__Description of the task__:
Pull every line that includes the word "Rectangle" from the data.
[Records for this exercise]
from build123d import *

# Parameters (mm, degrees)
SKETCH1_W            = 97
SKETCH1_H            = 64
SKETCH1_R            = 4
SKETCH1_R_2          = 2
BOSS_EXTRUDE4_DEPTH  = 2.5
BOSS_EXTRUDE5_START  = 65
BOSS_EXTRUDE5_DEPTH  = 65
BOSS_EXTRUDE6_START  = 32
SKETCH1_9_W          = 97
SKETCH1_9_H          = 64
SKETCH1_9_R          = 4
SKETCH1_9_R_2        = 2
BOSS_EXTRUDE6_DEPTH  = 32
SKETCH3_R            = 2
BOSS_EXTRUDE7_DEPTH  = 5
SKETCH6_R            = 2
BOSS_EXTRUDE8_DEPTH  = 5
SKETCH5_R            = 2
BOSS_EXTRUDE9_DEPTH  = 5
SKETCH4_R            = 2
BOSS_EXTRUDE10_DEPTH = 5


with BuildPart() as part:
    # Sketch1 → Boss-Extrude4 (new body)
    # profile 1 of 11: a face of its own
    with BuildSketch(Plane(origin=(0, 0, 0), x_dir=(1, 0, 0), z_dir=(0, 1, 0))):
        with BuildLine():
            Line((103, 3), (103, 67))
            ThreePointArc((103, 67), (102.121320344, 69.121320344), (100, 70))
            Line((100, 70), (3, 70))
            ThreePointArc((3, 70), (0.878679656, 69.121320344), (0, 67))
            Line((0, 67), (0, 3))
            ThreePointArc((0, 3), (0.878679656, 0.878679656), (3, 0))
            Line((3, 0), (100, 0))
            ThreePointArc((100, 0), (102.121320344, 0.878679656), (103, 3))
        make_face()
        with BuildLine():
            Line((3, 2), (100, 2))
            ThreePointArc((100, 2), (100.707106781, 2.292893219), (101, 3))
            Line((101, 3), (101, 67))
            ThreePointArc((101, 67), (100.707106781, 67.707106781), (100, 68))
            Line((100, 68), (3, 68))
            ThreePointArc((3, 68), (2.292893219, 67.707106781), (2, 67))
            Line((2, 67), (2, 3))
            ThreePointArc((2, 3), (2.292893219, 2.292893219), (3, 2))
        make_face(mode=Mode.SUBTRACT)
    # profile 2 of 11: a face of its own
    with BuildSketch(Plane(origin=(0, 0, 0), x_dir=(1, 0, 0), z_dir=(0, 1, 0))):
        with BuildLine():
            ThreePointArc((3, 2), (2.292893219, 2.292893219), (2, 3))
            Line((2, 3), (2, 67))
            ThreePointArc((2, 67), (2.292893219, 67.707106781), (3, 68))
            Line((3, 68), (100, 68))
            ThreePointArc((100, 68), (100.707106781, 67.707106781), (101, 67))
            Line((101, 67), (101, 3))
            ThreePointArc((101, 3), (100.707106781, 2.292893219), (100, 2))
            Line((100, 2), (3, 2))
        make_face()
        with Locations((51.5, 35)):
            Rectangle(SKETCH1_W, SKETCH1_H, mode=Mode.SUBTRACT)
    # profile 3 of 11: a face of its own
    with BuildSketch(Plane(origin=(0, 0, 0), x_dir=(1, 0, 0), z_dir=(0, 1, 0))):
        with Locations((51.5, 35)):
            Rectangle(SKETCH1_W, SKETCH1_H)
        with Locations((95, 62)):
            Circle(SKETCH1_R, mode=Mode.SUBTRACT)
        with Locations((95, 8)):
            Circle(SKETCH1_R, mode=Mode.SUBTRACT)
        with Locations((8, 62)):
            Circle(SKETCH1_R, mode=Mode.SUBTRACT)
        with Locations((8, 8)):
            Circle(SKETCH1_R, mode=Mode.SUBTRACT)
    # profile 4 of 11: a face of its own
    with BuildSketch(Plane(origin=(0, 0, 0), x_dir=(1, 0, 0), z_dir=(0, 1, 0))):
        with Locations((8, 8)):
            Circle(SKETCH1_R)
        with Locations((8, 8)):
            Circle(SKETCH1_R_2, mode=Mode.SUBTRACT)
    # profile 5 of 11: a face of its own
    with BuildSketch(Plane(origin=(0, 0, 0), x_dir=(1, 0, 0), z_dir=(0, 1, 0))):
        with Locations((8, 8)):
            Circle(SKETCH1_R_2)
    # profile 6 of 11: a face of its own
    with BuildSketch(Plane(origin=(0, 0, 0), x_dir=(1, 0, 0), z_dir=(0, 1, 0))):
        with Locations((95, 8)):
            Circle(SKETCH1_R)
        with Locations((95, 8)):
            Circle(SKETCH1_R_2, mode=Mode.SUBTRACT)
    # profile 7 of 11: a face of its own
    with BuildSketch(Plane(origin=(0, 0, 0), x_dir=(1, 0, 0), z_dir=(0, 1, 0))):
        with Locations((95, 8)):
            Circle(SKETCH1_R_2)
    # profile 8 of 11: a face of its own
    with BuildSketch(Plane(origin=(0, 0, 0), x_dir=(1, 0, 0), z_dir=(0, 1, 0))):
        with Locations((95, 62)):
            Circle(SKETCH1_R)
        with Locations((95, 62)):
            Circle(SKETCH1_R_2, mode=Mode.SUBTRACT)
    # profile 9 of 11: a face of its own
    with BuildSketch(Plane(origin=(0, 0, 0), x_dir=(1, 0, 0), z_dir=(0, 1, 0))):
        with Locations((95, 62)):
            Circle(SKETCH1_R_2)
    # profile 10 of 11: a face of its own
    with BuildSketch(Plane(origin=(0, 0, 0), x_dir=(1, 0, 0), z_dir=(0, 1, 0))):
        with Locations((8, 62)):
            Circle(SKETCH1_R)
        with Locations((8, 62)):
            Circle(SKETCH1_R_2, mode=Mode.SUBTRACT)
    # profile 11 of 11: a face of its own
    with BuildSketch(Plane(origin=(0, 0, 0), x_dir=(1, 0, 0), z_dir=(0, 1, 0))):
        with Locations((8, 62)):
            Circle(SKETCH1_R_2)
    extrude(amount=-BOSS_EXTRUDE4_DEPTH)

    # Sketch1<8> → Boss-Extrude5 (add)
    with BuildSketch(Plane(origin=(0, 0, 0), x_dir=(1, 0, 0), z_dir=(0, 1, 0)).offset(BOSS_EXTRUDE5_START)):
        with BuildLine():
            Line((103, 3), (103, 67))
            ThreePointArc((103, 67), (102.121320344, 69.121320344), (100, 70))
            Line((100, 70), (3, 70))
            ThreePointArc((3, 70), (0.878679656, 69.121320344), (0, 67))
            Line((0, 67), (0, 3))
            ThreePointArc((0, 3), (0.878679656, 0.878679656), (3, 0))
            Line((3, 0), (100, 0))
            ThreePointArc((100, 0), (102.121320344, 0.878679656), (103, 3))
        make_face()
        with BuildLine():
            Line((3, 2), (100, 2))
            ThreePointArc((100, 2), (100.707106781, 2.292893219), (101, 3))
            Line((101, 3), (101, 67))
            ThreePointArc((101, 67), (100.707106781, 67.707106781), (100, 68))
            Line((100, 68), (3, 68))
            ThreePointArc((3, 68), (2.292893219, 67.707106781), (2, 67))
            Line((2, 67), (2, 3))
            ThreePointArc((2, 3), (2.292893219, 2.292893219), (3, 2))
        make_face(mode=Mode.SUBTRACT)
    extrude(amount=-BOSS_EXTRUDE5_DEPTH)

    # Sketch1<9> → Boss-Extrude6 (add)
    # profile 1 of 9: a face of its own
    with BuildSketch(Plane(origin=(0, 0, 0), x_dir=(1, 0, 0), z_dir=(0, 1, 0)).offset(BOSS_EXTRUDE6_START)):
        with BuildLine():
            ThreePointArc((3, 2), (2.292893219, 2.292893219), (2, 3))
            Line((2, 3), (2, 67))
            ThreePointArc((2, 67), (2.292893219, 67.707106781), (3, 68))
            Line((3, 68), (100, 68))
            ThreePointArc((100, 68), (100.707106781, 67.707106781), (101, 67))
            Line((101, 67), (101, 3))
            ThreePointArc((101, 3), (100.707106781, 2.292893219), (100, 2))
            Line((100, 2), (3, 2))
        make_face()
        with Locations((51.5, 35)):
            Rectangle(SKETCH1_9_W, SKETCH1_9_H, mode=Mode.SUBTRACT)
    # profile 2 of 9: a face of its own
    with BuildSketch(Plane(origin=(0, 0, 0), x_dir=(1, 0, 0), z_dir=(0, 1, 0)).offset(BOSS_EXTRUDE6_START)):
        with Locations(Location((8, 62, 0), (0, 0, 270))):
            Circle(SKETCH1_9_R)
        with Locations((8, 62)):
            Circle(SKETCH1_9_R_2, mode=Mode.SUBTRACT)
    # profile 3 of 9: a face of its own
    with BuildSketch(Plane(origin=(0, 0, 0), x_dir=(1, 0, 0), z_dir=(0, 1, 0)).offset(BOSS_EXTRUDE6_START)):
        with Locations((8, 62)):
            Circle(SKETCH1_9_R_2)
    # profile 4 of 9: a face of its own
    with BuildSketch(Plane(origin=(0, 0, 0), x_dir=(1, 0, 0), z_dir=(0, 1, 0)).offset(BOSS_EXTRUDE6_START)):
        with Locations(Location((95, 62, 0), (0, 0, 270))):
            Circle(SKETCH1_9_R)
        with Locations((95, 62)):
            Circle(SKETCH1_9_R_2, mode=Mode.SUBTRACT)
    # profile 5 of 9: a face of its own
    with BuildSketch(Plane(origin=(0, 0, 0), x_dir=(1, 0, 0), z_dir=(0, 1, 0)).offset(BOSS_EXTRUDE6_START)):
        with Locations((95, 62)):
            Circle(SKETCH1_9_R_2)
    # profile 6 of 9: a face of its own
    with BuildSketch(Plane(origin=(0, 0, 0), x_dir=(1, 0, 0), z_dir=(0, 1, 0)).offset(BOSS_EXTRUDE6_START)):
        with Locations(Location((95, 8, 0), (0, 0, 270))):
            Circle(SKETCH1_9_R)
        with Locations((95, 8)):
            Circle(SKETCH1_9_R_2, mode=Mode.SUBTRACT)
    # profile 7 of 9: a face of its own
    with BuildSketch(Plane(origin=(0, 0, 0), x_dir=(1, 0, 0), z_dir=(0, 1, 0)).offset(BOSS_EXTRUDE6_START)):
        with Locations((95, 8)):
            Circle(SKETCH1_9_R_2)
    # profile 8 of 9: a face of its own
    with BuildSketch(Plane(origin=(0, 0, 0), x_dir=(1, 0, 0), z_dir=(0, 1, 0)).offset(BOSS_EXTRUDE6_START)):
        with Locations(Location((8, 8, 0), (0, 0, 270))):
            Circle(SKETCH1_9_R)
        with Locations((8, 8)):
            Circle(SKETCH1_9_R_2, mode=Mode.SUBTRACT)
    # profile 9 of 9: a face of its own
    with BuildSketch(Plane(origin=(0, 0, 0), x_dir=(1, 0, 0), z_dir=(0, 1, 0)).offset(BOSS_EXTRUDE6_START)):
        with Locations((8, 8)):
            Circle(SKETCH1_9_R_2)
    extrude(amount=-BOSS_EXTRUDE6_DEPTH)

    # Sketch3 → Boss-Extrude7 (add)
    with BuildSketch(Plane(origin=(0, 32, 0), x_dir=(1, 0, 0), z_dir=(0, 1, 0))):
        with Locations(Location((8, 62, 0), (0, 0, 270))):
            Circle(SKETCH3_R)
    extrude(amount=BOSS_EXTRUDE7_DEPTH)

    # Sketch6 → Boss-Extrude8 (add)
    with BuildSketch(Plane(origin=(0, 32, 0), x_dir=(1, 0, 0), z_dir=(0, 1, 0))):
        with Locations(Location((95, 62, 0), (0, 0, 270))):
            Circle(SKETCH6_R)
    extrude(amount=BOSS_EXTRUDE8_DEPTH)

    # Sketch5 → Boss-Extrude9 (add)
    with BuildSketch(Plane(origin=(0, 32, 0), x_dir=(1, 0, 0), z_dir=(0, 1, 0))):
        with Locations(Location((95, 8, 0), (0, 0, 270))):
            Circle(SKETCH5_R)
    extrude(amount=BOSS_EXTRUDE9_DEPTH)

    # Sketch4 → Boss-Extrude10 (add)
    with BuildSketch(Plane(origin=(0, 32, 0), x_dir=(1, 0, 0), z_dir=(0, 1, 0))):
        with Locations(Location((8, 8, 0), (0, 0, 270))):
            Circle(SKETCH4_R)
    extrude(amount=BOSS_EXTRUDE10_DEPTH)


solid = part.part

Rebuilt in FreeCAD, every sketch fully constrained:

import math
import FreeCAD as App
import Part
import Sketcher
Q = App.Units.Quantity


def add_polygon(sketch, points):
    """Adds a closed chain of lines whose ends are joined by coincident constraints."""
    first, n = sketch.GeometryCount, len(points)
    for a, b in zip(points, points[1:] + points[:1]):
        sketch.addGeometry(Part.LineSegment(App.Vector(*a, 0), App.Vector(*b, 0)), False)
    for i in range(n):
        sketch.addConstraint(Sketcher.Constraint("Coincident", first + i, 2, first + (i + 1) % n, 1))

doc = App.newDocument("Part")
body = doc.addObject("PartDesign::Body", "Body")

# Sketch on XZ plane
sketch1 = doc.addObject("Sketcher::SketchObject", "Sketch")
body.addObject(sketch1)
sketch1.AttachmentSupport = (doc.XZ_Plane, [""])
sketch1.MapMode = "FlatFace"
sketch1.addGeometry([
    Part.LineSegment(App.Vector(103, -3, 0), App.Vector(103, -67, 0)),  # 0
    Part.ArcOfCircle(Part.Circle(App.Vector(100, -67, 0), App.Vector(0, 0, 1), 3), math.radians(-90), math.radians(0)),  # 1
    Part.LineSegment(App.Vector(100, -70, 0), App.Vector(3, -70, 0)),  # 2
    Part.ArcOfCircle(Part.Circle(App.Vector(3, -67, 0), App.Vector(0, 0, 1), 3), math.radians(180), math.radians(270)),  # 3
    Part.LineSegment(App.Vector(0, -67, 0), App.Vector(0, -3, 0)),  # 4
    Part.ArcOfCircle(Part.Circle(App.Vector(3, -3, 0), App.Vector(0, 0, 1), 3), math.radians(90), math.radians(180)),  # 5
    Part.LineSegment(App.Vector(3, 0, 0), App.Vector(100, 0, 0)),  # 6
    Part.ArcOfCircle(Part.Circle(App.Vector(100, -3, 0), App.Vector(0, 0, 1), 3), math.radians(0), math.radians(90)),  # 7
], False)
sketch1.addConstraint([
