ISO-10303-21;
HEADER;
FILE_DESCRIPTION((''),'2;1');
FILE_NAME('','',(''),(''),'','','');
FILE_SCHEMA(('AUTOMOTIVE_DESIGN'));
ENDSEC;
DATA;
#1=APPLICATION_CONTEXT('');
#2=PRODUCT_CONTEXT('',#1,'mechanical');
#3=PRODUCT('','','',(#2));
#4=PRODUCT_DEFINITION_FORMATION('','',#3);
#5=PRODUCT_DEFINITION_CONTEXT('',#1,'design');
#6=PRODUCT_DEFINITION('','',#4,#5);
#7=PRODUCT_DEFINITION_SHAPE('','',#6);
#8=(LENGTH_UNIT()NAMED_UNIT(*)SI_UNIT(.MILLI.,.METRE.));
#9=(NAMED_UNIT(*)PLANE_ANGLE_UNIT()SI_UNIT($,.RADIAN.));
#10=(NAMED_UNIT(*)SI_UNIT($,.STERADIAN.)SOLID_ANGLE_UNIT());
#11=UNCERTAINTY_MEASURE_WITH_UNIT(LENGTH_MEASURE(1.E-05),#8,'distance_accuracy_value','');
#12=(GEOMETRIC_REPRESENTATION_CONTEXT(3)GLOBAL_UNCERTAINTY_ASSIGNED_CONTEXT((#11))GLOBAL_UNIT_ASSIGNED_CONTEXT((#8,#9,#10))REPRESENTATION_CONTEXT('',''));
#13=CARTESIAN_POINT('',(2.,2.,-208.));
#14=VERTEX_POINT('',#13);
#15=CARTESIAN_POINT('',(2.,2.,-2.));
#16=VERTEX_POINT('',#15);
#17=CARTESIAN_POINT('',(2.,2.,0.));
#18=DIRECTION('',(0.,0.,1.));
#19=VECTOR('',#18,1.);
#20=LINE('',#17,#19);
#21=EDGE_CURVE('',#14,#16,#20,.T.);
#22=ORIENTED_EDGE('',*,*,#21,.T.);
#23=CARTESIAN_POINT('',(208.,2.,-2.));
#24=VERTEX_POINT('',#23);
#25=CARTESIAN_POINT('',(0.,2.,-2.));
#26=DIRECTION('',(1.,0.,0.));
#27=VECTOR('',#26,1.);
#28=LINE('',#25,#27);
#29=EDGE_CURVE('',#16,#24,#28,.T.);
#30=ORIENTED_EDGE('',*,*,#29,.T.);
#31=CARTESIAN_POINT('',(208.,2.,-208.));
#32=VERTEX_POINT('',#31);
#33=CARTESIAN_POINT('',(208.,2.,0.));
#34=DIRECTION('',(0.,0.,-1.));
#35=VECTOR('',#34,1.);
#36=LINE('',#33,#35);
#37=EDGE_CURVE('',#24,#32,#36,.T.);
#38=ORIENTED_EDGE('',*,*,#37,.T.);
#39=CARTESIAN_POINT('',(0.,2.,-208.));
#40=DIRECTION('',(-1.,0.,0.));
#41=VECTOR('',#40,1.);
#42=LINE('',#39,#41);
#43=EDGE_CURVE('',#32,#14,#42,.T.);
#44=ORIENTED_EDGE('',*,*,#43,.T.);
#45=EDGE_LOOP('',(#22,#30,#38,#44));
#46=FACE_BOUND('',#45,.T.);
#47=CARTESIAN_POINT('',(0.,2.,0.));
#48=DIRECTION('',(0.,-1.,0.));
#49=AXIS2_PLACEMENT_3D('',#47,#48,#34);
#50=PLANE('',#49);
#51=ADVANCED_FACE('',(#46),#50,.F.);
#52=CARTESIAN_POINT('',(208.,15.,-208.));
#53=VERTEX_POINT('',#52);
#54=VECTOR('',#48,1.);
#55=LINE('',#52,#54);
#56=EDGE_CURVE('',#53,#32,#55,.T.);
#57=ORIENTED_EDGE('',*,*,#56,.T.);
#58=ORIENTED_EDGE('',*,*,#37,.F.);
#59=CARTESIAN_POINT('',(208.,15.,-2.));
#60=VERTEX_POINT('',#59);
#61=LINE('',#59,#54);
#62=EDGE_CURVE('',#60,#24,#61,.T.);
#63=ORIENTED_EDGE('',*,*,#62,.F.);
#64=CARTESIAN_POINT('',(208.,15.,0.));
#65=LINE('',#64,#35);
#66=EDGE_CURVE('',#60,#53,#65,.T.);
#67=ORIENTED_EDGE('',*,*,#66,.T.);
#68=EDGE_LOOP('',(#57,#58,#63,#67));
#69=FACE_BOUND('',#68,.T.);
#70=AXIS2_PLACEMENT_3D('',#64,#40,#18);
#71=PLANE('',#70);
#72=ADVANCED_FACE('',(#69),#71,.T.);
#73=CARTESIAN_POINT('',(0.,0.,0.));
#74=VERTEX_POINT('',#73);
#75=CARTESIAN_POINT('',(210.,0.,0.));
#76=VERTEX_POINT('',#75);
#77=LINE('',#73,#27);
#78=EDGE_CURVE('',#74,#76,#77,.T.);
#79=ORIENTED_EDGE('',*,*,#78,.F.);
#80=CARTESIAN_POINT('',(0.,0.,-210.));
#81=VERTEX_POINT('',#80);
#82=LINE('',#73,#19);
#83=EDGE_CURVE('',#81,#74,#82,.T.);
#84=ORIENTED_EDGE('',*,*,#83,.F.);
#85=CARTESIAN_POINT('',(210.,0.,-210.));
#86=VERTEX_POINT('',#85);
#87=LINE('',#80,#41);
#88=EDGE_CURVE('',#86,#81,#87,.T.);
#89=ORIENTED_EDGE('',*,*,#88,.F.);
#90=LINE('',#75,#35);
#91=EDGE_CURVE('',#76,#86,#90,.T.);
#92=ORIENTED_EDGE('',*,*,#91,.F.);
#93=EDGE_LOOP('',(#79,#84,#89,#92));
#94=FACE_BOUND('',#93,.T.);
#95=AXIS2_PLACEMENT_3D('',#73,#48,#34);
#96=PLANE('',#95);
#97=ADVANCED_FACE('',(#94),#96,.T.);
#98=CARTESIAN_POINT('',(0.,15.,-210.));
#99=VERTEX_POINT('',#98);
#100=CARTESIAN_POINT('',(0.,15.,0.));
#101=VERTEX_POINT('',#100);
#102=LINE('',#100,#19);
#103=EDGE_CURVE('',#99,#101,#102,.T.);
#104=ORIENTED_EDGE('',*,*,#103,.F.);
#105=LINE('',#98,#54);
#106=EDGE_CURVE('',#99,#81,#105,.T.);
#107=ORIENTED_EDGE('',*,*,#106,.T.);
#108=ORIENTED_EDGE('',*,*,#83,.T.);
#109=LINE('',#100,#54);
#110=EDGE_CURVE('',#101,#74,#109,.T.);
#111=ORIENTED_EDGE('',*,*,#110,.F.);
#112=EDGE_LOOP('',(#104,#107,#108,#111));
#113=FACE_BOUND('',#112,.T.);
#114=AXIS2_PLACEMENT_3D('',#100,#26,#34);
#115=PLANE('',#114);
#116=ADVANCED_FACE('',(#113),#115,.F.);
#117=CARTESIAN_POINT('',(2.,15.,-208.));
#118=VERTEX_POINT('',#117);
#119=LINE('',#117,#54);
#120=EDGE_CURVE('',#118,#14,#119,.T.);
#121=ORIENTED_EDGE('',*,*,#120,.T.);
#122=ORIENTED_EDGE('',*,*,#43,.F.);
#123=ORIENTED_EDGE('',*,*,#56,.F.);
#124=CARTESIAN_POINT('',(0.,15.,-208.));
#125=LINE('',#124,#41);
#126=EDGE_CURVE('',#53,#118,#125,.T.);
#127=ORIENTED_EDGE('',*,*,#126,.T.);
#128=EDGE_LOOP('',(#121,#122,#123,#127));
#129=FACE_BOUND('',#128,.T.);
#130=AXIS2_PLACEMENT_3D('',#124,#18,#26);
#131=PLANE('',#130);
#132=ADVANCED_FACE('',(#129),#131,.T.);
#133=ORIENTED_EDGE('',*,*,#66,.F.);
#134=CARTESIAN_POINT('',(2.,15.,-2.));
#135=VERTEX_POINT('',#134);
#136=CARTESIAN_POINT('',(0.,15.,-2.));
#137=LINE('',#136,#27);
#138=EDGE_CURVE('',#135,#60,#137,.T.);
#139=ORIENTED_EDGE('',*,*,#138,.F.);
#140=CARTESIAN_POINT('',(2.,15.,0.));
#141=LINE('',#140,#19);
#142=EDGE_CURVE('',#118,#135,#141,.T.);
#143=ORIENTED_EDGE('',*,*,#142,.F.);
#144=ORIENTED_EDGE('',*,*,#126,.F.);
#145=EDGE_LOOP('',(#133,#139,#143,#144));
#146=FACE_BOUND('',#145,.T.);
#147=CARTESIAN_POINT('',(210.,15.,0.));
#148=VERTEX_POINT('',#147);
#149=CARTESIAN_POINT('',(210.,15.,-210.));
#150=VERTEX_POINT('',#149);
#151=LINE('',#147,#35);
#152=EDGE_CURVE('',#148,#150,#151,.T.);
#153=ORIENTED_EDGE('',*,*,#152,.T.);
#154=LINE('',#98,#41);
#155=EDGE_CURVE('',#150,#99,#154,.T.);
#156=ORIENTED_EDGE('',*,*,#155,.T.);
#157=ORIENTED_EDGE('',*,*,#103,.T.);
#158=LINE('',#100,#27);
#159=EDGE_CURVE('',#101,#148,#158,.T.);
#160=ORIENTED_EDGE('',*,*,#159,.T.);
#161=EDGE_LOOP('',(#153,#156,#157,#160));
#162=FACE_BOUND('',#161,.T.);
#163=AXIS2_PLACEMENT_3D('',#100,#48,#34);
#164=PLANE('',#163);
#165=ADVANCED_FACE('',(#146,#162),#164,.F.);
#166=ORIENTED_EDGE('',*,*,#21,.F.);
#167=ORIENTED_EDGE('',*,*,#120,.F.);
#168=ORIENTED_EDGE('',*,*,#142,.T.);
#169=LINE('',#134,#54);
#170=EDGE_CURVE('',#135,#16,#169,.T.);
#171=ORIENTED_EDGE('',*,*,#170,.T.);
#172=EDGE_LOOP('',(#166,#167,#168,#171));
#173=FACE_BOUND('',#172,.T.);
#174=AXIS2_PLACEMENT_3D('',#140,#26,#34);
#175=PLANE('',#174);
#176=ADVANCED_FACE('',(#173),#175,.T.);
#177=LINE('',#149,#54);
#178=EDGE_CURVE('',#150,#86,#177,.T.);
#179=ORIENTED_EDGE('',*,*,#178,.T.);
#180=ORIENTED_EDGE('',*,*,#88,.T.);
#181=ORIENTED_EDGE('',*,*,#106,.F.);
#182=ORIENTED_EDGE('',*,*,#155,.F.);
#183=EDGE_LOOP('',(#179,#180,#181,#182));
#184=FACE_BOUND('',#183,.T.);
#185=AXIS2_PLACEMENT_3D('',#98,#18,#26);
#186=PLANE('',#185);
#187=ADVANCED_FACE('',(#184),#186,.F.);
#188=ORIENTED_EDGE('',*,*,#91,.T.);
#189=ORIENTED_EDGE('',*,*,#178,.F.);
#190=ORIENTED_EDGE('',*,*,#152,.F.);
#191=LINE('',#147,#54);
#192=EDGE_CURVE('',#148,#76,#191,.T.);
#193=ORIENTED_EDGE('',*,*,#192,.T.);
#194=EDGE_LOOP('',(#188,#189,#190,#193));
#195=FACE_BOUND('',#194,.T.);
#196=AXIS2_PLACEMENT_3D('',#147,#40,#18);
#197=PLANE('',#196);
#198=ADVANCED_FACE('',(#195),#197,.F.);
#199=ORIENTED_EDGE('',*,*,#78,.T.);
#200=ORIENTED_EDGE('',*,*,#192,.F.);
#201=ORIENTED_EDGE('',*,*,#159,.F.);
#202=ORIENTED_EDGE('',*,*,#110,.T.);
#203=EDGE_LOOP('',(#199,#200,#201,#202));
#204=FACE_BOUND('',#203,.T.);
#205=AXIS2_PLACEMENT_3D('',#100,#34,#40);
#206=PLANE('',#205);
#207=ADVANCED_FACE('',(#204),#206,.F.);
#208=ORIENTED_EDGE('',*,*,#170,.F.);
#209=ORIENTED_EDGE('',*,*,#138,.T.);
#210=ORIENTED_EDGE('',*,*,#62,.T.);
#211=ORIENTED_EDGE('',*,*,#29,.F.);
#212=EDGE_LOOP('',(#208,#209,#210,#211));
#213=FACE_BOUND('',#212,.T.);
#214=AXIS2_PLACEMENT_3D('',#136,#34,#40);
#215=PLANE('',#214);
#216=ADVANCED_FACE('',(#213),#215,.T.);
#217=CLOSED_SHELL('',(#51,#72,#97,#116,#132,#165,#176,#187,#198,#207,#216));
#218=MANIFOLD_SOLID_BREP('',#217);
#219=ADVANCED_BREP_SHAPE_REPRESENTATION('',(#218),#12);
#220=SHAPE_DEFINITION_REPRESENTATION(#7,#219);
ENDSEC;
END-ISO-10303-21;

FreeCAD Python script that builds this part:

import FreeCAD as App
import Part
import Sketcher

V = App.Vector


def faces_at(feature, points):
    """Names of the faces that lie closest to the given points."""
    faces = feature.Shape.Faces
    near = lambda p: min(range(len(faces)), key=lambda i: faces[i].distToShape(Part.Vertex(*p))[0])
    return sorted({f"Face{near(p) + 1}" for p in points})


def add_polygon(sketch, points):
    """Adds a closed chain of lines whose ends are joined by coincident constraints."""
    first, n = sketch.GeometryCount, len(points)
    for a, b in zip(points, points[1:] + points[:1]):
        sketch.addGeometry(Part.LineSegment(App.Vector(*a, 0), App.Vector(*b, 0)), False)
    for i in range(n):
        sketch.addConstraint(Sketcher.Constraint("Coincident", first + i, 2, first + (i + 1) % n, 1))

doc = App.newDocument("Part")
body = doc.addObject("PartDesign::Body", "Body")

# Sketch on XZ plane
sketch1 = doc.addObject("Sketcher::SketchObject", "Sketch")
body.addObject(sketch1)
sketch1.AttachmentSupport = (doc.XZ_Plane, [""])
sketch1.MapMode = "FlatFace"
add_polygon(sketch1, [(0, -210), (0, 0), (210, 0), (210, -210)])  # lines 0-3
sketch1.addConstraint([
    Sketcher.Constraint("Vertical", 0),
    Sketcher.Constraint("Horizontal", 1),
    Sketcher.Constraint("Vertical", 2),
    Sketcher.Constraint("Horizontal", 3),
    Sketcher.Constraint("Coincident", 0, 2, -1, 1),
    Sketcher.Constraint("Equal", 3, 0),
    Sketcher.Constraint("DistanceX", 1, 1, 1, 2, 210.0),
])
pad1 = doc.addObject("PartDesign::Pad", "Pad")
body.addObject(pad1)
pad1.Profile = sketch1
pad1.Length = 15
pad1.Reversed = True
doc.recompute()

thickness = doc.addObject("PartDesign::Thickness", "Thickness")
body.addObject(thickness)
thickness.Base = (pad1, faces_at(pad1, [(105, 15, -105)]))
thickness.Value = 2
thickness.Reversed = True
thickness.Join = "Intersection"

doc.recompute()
[/Records for this exercise]
__Your solution__:
            Rectangle(SKETCH1_W, SKETCH1_H, mode=Mode.SUBTRACT)
            Rectangle(SKETCH1_W, SKETCH1_H)
            Rectangle(SKETCH1_9_W, SKETCH1_9_H, mode=Mode.SUBTRACT)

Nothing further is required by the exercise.